* What is expected *
The word to look for is "THREADDIA". Report every line of the entries below that has it.

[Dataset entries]
..............................

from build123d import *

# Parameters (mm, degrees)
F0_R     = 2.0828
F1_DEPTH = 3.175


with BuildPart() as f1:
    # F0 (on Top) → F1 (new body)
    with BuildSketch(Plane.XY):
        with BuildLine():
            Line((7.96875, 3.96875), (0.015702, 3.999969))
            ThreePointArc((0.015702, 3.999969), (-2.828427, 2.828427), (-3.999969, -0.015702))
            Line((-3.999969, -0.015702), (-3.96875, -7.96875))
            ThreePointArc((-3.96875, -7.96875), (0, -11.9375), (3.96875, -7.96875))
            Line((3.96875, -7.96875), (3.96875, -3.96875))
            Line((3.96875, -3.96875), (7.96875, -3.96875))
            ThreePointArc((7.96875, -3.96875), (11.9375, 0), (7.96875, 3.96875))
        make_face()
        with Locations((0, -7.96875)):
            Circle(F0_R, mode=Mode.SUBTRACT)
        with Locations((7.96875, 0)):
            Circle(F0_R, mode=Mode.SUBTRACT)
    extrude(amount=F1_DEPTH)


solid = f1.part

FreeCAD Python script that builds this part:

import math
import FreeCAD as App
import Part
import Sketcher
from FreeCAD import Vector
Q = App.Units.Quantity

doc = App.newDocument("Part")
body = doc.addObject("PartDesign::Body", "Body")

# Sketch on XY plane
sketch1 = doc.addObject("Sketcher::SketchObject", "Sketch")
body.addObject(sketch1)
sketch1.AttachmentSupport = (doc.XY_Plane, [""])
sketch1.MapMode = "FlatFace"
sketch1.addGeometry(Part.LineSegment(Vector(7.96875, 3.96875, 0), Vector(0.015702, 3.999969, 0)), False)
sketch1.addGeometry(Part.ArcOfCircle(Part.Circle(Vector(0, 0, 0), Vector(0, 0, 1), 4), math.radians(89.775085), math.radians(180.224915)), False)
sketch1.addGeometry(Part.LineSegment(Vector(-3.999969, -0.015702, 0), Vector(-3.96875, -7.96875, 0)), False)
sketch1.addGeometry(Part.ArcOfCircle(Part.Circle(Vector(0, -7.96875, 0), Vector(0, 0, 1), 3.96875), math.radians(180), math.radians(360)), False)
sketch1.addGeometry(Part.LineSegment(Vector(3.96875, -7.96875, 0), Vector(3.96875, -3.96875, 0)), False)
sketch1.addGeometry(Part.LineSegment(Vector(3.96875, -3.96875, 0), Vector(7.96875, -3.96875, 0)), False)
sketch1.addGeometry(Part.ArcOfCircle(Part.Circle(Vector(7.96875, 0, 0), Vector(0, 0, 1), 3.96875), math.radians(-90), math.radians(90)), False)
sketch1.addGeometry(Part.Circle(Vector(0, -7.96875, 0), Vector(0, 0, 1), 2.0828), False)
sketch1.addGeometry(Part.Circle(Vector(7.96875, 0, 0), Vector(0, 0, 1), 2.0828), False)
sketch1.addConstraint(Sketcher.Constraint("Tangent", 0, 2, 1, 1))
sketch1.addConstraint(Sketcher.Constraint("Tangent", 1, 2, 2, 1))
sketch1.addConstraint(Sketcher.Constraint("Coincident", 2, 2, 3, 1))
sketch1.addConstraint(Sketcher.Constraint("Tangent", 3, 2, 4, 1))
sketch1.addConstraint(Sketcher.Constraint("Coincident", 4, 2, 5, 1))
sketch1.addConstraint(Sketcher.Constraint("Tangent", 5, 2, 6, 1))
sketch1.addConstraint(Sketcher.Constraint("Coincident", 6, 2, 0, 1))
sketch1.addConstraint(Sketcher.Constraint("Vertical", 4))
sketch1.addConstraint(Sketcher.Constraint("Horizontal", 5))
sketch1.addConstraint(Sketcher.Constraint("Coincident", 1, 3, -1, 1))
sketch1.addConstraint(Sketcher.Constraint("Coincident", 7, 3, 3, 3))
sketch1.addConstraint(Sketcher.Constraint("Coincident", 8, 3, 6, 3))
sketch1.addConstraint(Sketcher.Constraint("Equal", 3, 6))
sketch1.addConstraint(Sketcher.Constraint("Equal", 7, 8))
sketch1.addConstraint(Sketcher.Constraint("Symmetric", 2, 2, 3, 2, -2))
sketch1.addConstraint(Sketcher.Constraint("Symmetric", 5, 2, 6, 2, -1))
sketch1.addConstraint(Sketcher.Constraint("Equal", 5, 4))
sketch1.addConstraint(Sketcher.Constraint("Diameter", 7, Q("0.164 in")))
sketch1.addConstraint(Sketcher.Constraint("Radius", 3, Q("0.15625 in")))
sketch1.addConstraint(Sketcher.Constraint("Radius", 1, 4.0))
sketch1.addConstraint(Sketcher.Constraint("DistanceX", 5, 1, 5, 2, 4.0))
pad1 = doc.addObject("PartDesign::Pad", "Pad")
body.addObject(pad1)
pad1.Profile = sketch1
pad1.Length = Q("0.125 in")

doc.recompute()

..............................

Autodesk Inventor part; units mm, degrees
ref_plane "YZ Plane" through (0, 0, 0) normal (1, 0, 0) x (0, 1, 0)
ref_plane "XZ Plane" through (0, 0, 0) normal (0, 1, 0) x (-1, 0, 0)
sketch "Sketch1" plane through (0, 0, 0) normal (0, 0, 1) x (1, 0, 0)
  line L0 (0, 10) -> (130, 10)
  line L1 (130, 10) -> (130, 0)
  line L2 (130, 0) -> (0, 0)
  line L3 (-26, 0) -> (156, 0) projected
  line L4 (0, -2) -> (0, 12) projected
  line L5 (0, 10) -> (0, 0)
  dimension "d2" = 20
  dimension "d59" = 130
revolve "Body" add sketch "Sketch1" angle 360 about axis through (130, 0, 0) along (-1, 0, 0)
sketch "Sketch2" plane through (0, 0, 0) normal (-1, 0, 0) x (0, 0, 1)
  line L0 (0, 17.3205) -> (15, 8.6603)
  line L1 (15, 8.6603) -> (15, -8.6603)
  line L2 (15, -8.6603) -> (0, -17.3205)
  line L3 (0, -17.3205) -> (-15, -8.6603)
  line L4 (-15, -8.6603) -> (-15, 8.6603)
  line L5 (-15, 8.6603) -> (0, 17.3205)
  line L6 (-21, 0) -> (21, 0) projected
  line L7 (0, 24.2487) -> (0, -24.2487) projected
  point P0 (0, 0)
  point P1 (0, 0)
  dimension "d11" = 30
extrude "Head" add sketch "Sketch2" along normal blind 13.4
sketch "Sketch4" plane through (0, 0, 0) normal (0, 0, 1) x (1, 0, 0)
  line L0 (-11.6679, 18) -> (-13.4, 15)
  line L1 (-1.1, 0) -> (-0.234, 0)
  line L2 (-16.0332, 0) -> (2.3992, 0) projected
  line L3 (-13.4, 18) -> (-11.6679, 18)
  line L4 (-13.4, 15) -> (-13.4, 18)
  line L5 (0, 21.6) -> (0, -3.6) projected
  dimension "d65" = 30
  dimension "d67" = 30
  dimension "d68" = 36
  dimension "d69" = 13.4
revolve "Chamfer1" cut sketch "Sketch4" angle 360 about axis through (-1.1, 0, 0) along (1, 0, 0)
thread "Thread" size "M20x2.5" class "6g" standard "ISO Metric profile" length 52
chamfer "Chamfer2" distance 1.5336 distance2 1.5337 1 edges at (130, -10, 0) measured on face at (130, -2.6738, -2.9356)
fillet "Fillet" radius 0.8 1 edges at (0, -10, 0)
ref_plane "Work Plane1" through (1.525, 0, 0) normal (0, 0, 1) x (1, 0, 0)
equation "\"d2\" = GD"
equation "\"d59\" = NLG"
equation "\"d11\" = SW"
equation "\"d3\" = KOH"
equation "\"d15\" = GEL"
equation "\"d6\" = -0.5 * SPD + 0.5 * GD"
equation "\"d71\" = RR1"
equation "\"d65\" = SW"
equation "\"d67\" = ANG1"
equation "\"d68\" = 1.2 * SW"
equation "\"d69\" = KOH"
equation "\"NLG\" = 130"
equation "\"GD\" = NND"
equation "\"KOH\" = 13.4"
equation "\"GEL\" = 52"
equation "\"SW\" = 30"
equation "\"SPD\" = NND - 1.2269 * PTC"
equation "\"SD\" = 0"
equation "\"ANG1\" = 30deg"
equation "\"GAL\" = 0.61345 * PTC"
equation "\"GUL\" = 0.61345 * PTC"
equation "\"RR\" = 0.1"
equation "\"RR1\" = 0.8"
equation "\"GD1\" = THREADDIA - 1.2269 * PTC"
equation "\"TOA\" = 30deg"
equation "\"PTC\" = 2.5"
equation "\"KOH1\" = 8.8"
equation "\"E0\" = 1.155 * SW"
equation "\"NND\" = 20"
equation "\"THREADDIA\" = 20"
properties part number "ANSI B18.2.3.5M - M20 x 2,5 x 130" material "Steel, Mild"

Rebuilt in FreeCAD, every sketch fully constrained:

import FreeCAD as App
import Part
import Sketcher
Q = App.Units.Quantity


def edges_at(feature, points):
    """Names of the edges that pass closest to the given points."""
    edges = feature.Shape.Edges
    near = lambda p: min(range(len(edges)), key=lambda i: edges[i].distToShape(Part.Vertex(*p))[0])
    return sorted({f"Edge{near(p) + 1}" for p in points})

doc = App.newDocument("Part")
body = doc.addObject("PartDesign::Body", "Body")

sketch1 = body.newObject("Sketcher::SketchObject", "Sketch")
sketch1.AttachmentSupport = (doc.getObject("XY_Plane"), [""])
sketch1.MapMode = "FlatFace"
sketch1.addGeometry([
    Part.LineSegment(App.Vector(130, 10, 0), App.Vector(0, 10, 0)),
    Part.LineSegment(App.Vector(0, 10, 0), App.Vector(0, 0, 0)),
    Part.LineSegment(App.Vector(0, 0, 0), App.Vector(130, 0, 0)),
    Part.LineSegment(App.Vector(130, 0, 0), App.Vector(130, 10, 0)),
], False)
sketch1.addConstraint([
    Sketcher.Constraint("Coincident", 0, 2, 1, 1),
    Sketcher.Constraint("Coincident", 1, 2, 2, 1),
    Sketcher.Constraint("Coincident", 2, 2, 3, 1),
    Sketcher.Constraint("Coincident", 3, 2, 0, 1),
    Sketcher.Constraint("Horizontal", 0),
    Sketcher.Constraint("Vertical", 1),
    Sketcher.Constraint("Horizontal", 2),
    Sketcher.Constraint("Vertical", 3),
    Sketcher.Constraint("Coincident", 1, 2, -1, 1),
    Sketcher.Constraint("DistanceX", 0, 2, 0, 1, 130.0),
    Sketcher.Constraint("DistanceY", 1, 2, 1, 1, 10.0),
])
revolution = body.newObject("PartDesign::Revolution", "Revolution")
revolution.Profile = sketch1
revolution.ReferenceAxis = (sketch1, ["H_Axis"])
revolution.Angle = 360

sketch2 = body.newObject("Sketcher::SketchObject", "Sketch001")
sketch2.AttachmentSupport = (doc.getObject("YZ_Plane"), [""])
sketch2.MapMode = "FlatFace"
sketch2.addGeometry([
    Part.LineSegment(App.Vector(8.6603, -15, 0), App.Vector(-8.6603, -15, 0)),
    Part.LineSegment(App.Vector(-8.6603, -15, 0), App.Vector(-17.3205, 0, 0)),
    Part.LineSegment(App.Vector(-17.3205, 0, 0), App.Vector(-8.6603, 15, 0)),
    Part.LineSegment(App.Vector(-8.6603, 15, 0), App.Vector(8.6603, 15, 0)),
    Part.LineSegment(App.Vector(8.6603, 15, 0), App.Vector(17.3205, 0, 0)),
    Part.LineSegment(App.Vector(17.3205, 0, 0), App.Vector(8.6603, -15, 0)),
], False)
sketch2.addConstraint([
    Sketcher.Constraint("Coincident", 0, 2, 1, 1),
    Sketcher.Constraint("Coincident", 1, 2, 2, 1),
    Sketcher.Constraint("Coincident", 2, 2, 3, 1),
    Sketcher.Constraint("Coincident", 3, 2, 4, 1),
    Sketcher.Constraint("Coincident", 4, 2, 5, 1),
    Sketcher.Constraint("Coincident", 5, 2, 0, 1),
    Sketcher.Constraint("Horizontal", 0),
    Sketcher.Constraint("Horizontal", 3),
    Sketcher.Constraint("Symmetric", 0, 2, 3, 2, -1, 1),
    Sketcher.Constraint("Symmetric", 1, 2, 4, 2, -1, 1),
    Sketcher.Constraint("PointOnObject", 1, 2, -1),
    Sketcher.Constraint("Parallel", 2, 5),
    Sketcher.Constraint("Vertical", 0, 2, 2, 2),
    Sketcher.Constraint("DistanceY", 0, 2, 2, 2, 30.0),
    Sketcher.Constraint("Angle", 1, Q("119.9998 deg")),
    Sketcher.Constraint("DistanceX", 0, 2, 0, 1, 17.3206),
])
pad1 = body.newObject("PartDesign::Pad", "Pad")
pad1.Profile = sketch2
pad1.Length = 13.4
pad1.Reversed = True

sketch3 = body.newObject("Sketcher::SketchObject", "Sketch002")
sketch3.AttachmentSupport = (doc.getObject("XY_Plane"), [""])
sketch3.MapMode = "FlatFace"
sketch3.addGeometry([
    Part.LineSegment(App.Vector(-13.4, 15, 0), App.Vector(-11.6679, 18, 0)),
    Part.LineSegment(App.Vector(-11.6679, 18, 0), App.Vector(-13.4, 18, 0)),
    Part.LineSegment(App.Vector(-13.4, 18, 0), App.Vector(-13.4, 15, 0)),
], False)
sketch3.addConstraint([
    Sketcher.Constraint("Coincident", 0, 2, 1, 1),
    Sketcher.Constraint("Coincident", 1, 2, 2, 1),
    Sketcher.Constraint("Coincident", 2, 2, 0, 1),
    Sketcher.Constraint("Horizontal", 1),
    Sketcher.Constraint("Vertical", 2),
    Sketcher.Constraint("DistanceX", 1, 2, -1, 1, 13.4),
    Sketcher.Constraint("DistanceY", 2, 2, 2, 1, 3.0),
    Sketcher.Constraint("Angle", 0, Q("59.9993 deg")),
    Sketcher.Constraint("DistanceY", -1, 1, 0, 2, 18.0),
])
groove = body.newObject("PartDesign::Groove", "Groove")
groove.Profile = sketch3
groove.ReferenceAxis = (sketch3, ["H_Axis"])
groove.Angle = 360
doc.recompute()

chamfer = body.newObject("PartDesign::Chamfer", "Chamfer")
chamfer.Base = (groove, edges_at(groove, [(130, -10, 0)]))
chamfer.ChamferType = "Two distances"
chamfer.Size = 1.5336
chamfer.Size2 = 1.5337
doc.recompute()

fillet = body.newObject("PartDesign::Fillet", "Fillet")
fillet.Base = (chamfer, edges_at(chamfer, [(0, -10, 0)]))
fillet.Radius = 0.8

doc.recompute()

..............................

* Solution to this exercise *
equation "\"GD1\" = THREADDIA - 1.2269 * PTC"
equation "\"THREADDIA\" = 20"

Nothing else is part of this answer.